The Atheist Doesn’t Fall Far From the Tree


Being that I often offer my unsolicited opinions both online and in life, it seems only fair that people would offer their unsolicited opinions right back at me. Which is fine. I can take it. And so I recently received a message from a Jewish man, a self-professed atheist, who apparently doesn't like people of my persuasion very much. He described to me the regret that he was feeling due to having sold his house to the Orthodox. What, you ask, is his problem with them? According to this man:

their kids are made to feel guilty for not following every one of the "daily laws" [; this] makes me sick and ashamed to be of the jewish culture. I am relieved to be from an atheist, free-thinking, jewish family.

(To his credit, it should be noted that my online atheist friend did end his message with "Have a Happy Passover", so although he seems to have a strong dislike for Orthodox Jews, at least we know he has a thing for matzah!)

Despite that fact that this man wrote very little, his email actually told me quite a lot. The first thing it told me is that he most likely doesn't personally know anyone who practices Orthodox Judaism. If he did, he would have furnished his message with actual examples of the "guilt ridden" life that Orthodox Jews live. It would have made for a stronger argument.

More to the point, guilt has no place in traditional Jewish education. Sure, there are myriad jokes of the Jewish mothers who make their sons feel guilty for never calling. But I've never met a family that motivated their children to observe Judaism based on guilt. Instead, children are taught to perform mitzvos (commandments) through the joy and positivity. (Ironically, the only real guilt that I see in this message comes from the writer himself who describes the sickness and shame he feels from his Jewish culture.)

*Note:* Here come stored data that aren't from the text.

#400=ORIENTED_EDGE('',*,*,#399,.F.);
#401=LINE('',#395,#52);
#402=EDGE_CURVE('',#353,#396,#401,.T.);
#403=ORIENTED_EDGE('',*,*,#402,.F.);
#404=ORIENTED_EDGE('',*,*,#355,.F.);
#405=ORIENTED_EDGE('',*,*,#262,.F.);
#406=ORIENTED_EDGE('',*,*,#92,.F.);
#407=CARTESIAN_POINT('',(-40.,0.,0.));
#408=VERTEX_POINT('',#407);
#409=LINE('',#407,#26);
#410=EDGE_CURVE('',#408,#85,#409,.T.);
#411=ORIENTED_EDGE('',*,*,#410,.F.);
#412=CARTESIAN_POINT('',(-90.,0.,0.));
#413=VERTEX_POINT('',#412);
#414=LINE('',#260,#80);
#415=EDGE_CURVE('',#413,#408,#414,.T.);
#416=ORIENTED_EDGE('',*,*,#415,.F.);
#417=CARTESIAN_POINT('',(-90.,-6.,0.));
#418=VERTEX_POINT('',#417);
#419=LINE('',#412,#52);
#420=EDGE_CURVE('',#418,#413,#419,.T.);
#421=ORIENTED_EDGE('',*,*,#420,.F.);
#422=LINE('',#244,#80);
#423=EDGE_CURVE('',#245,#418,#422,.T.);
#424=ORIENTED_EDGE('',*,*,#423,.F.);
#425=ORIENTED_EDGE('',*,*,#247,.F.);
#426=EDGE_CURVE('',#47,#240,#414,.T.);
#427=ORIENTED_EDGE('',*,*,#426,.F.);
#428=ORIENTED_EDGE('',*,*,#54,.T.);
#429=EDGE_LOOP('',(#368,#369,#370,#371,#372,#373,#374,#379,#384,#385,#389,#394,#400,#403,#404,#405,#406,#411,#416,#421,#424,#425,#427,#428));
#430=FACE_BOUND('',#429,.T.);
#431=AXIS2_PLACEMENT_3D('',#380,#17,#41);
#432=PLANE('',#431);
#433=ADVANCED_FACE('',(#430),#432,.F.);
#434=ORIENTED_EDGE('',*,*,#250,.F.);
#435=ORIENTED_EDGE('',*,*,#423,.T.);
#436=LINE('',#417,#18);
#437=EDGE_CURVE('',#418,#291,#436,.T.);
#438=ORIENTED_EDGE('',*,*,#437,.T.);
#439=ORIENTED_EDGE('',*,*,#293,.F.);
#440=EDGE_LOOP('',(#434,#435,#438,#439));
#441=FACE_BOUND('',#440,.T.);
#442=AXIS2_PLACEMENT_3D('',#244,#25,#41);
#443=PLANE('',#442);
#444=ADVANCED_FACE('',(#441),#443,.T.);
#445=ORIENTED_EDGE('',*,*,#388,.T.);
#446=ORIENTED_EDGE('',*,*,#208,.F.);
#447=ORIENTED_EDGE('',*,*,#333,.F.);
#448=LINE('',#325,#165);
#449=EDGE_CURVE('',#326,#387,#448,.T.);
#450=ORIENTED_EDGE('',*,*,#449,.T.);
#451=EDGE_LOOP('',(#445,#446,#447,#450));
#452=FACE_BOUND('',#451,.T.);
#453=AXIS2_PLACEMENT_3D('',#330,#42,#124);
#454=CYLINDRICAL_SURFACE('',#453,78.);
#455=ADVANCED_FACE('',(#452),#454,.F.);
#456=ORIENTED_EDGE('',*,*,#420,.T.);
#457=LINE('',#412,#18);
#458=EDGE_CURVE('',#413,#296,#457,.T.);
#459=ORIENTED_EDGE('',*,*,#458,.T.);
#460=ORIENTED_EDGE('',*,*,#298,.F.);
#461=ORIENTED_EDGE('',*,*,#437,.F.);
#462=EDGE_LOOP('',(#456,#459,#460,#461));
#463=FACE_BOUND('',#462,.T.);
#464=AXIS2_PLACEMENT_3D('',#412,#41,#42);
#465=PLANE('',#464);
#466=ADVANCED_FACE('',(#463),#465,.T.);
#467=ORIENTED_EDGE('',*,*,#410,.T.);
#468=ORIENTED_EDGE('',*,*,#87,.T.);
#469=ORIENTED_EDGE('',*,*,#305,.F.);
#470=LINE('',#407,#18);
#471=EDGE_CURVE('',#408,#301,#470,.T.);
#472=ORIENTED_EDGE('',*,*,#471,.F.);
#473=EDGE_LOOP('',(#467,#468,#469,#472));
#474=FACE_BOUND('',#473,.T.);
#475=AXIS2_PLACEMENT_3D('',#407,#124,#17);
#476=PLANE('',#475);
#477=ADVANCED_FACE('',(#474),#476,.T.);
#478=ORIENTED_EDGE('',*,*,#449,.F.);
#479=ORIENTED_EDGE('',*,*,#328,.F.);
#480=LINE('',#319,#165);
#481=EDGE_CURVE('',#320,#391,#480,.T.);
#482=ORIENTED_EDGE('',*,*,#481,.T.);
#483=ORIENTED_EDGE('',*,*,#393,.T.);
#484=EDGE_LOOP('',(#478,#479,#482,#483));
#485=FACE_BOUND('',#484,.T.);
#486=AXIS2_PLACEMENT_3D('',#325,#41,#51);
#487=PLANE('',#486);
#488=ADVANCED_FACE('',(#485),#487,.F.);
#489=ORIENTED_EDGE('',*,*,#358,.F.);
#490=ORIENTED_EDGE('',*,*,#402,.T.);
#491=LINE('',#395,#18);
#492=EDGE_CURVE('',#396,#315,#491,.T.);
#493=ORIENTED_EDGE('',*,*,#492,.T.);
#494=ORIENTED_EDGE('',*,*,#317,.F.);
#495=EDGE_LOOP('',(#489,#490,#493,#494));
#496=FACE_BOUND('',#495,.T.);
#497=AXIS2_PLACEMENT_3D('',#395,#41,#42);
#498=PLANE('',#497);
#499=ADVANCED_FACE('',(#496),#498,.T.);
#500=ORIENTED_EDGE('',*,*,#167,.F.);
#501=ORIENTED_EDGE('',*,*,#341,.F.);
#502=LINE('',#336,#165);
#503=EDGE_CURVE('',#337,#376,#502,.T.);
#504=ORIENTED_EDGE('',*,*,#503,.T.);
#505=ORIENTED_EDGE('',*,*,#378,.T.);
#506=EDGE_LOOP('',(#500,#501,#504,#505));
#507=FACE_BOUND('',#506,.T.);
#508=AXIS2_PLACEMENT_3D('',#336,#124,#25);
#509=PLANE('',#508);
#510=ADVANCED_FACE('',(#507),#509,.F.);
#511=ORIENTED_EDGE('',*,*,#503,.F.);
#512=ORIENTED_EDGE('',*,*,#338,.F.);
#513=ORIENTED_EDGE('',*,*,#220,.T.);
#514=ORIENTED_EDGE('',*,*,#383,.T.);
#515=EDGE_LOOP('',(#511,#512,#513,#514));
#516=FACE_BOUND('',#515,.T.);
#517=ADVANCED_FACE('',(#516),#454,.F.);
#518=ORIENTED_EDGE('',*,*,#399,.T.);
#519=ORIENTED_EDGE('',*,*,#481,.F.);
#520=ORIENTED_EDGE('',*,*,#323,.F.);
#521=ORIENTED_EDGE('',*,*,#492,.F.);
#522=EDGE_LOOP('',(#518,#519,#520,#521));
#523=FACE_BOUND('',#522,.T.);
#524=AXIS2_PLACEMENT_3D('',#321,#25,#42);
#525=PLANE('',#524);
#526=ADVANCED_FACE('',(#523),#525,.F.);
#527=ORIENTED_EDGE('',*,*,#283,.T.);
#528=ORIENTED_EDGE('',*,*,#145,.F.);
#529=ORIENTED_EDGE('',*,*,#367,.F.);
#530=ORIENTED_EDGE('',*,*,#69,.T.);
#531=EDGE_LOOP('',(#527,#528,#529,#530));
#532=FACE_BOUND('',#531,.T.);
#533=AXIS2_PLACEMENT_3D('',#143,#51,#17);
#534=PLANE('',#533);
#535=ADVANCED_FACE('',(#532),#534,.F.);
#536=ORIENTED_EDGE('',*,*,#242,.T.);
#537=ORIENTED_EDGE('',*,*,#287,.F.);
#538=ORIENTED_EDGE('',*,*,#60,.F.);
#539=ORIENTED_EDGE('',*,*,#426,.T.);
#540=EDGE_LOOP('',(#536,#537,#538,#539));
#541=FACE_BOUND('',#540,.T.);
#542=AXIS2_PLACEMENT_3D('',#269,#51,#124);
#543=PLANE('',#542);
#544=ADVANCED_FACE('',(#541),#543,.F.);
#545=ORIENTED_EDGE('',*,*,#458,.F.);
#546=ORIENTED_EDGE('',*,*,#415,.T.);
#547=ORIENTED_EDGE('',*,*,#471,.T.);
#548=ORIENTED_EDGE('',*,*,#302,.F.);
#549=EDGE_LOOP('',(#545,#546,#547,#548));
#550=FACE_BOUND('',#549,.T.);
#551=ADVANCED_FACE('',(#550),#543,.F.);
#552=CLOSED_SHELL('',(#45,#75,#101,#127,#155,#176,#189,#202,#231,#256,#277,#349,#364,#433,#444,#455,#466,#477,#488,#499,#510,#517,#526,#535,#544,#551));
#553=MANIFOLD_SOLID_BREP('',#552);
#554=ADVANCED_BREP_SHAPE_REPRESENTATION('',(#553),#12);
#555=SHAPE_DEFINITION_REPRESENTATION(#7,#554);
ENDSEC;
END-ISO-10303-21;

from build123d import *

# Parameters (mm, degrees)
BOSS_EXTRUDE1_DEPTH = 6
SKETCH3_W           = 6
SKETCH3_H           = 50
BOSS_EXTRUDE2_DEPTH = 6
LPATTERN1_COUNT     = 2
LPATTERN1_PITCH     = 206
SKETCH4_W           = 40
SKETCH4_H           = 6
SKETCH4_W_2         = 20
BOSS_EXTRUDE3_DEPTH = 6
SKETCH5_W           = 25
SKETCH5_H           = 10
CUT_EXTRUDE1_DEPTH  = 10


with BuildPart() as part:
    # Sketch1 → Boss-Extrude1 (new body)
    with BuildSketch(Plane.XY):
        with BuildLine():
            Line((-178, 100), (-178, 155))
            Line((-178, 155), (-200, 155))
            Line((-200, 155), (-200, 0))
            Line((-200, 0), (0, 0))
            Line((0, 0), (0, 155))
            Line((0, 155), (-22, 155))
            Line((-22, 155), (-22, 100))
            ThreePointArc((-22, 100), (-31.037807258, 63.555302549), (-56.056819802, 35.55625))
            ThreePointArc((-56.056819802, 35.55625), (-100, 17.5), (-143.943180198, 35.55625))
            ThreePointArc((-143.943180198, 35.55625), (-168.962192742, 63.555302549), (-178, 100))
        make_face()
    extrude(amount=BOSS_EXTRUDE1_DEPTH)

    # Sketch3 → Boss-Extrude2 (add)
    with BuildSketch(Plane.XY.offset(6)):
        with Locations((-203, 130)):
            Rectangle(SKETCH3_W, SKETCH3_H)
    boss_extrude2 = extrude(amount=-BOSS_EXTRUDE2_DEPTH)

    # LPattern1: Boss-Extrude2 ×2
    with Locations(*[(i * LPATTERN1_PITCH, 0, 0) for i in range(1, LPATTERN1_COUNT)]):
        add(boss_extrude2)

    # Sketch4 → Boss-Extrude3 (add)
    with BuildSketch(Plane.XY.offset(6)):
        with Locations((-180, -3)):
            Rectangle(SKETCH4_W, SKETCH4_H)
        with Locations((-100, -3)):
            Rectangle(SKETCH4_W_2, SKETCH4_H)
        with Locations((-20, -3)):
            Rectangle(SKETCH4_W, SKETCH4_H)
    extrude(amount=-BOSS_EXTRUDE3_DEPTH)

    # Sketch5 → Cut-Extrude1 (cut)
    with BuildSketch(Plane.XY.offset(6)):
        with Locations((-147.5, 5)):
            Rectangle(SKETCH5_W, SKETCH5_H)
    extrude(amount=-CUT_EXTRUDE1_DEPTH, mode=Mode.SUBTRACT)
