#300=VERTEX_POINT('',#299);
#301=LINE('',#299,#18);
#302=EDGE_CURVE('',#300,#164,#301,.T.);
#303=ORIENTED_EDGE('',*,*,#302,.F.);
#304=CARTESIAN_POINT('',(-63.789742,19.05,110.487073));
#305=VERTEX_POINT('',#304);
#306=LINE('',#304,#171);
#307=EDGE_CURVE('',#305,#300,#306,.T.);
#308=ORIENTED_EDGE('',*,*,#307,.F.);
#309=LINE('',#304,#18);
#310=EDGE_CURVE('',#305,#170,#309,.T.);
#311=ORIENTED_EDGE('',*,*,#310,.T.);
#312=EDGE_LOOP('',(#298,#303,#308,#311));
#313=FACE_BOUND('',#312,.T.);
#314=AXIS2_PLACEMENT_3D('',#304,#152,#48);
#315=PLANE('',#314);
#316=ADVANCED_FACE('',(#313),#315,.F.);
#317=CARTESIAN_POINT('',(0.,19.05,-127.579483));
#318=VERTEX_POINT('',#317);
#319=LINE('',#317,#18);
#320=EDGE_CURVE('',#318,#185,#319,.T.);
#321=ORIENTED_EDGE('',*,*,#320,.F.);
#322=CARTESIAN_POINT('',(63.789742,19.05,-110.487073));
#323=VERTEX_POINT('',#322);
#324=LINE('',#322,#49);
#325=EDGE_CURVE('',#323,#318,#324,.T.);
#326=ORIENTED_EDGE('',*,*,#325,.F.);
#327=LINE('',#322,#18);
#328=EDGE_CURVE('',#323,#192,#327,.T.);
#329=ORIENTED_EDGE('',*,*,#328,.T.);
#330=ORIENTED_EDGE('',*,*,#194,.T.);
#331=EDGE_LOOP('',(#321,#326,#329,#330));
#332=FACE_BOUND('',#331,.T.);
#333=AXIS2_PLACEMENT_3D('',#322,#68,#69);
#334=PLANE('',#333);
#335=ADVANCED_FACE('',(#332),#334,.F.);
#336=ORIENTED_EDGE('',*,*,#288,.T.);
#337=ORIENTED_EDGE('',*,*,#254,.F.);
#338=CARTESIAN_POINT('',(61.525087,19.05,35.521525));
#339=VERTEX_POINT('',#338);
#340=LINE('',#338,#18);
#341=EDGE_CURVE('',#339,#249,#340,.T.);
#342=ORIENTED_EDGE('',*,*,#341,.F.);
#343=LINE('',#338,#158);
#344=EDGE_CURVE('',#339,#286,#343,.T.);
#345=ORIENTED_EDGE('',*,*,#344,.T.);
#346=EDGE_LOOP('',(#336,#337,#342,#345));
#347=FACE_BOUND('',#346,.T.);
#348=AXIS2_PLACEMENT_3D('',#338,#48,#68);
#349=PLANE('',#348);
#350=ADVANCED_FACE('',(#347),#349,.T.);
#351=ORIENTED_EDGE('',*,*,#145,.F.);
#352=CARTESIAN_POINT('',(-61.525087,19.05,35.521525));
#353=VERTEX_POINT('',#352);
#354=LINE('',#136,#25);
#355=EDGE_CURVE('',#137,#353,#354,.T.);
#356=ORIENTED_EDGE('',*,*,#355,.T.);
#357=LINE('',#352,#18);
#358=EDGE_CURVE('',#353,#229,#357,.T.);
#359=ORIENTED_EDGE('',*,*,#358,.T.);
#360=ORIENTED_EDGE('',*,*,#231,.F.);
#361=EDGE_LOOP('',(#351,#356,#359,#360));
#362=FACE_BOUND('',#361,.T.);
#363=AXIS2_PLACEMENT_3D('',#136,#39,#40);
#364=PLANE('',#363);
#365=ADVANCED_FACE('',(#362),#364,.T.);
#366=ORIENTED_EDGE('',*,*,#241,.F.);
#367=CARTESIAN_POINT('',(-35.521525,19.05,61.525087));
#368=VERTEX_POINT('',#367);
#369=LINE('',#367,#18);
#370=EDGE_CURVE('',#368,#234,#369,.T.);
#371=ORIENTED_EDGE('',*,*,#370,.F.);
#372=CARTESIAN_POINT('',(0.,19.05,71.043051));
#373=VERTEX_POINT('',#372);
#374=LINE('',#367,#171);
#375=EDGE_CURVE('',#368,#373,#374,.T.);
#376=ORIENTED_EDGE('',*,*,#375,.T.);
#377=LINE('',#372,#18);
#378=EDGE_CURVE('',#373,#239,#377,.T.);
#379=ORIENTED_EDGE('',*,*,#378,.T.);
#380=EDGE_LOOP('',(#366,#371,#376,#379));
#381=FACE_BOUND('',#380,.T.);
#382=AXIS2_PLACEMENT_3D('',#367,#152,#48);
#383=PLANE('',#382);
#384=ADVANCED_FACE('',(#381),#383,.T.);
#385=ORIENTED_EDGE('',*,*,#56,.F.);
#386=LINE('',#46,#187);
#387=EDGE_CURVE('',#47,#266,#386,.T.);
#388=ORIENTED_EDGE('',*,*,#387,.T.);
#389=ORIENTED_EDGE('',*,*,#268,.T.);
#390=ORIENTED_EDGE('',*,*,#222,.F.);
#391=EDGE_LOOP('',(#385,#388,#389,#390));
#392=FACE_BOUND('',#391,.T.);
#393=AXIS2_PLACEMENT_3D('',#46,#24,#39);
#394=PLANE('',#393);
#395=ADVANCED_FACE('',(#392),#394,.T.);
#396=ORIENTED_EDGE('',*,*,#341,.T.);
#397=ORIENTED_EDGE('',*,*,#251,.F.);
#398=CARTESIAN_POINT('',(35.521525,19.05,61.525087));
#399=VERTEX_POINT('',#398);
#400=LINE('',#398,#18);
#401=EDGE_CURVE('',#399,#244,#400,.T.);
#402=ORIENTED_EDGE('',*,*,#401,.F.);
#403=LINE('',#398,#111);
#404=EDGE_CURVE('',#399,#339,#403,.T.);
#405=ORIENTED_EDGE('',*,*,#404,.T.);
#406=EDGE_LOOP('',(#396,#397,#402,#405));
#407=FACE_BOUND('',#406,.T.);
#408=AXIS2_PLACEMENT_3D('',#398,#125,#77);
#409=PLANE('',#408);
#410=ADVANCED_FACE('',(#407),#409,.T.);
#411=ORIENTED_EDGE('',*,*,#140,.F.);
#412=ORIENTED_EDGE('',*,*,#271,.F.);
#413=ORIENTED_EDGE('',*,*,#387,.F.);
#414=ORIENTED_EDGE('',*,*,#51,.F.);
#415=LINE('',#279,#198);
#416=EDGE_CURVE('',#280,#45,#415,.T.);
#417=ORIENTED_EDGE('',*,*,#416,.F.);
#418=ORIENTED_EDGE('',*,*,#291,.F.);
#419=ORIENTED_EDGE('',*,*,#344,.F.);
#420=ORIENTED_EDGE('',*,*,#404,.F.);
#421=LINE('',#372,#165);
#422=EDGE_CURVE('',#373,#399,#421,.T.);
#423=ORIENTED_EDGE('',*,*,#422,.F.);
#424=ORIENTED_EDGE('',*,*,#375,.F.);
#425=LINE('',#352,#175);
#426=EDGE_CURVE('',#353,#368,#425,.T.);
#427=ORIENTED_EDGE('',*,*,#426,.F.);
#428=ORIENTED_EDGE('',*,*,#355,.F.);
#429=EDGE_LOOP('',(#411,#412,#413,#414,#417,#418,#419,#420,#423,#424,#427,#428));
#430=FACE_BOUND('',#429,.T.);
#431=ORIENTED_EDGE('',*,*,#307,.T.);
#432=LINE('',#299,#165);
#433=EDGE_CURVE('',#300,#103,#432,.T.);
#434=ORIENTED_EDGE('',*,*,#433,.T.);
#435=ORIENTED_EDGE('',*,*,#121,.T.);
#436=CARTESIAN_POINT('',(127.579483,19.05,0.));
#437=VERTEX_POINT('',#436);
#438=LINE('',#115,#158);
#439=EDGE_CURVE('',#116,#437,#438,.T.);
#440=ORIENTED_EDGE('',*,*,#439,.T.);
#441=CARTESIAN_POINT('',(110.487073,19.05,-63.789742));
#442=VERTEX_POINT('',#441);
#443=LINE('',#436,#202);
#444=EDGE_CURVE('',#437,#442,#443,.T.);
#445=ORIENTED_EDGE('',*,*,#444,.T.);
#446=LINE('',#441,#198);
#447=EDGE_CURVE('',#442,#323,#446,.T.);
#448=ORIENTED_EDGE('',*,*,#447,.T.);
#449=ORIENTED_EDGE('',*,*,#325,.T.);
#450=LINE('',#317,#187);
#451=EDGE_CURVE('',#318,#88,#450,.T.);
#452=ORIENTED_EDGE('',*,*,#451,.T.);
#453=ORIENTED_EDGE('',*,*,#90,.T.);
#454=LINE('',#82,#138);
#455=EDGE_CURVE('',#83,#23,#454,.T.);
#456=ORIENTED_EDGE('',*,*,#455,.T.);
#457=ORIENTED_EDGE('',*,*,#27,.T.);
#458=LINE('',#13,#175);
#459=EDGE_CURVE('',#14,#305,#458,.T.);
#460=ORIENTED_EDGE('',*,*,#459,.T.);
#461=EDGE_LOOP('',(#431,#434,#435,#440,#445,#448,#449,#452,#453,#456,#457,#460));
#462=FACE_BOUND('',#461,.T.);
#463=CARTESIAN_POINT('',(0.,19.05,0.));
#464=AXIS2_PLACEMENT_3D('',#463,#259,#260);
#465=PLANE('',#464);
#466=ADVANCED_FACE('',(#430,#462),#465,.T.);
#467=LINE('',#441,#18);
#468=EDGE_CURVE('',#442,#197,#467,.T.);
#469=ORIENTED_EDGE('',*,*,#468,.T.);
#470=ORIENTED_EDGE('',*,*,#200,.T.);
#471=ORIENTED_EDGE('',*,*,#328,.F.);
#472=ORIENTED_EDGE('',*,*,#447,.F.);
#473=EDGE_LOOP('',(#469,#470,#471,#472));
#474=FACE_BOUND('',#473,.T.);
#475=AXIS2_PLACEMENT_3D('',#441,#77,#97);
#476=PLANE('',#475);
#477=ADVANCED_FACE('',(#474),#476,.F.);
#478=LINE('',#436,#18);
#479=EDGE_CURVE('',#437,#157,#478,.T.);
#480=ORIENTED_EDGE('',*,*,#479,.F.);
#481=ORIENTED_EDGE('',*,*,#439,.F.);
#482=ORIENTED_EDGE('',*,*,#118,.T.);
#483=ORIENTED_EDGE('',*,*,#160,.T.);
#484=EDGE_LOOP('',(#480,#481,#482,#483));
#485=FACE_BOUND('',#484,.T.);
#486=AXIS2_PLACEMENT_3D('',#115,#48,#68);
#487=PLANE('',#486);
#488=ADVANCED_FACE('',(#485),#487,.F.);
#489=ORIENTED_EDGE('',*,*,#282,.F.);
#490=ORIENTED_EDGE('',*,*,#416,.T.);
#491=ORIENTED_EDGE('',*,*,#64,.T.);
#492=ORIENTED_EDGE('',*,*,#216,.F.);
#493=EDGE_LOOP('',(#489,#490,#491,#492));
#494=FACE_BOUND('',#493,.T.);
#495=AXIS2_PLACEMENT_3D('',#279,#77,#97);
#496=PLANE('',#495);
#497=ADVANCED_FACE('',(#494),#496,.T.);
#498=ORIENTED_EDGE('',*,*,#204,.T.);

Another interesting point that can be gleaned from this email is that although the writer criticizes Orthodox Jews for not being the free thinkers that he claims to be (since they end up how their parents raised them), the writer also seems to have ended up how his parents raised him, as he mentions that he's an atheist from "an atheist…family".

Atheism, in general, does not imply too much "free-thinking" to me. It's a philosophy that purports to know everything that there is to know in the universe and then to be certain that God is missing from the equation. Agnosticism is far more of an open-minded outlook which acknowledges that although a person has not detected the Almighty yet, the possibility remains open as there is always more to experience in life.

Maybe my response will have the ability to open up the closed-mind of this free-thinker. Until then, he and I will just have to agree on Passover.